### RECORDS SHOWN
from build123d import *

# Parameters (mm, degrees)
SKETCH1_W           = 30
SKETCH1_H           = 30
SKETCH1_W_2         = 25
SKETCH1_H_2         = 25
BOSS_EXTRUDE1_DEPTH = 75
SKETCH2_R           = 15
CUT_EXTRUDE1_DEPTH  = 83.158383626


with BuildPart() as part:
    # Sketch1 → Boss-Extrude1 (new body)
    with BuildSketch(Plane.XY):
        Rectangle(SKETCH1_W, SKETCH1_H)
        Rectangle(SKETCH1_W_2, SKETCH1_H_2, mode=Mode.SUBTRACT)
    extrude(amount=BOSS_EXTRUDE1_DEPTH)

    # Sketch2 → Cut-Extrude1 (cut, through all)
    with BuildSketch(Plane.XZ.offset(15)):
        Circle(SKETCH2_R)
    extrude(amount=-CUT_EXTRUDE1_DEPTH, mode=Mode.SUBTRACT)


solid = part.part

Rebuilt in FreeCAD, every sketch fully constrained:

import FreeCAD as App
import Part
import Sketcher


def add_polygon(sketch, points):
    """Adds a closed chain of lines whose ends are joined by coincident constraints."""
    first, n = sketch.GeometryCount, len(points)
    for a, b in zip(points, points[1:] + points[:1]):
        sketch.addGeometry(Part.LineSegment(App.Vector(*a, 0), App.Vector(*b, 0)), False)
    for i in range(n):
        sketch.addConstraint(Sketcher.Constraint("Coincident", first + i, 2, first + (i + 1) % n, 1))

doc = App.newDocument("Part")
body = doc.addObject("PartDesign::Body", "Body")

sketch1 = body.newObject("Sketcher::SketchObject", "Sketch")
sketch1.AttachmentSupport = (doc.getObject("XY_Plane"), [""])
sketch1.MapMode = "FlatFace"
add_polygon(sketch1, [(-15, 15), (-15, -15), (15, -15), (15, 15)])
add_polygon(sketch1, [(12, -12), (-12, -12), (-12, 12), (12, 12)])
sketch1.addConstraint([
    Sketcher.Constraint("Vertical", 0),
    Sketcher.Constraint("Horizontal", 1),
    Sketcher.Constraint("Vertical", 2),
    Sketcher.Constraint("Horizontal", 3),
    Sketcher.Constraint("Horizontal", 4),
    Sketcher.Constraint("Vertical", 5),
    Sketcher.Constraint("Horizontal", 6),
    Sketcher.Constraint("Vertical", 7),
    Sketcher.Constraint("Symmetric", 0, 2, 2, 2, -1, 1),
    Sketcher.Constraint("Symmetric", 4, 2, 6, 2, -1, 1),
    Sketcher.Constraint("Equal", 3, 0),
    Sketcher.Constraint("Equal", 6, 5),
    Sketcher.Constraint("DistanceX", 1, 1, 1, 2, 30.0),
    Sketcher.Constraint("DistanceX", 4, 2, 4, 1, 25.0),
])
pad1 = body.newObject("PartDesign::Pad", "Pad")
pad1.Profile = sketch1
pad1.Length = 75

sketch2 = body.newObject("Sketcher::SketchObject", "Sketch001")
sketch2.AttachmentSupport = (doc.getObject("XZ_Plane"), [""])
sketch2.MapMode = "FlatFace"
sketch2.AttachmentOffset = App.Placement(App.Vector(0, 0, 15), App.Rotation())
sketch2.addGeometry(Part.Circle(App.Vector(0, 0, 0), App.Vector(0, 0, 1), 15), False)
sketch2.addConstraint([
    Sketcher.Constraint("Coincident", 0, 3, -1, 1),
    Sketcher.Constraint("Diameter", 0, 30.0),
])
pocket1 = body.newObject("PartDesign::Pocket", "Pocket")
pocket1.Profile = sketch2
pocket1.Type = "ThroughAll"

doc.recompute()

### ACTION ITEM
Read the listing. Copy each line that has the word "Rectangle" in it.

### SOLUTION FOR THIS PROBLEM
        Rectangle(SKETCH1_W, SKETCH1_H)
        Rectangle(SKETCH1_W_2, SKETCH1_H_2, mode=Mode.SUBTRACT)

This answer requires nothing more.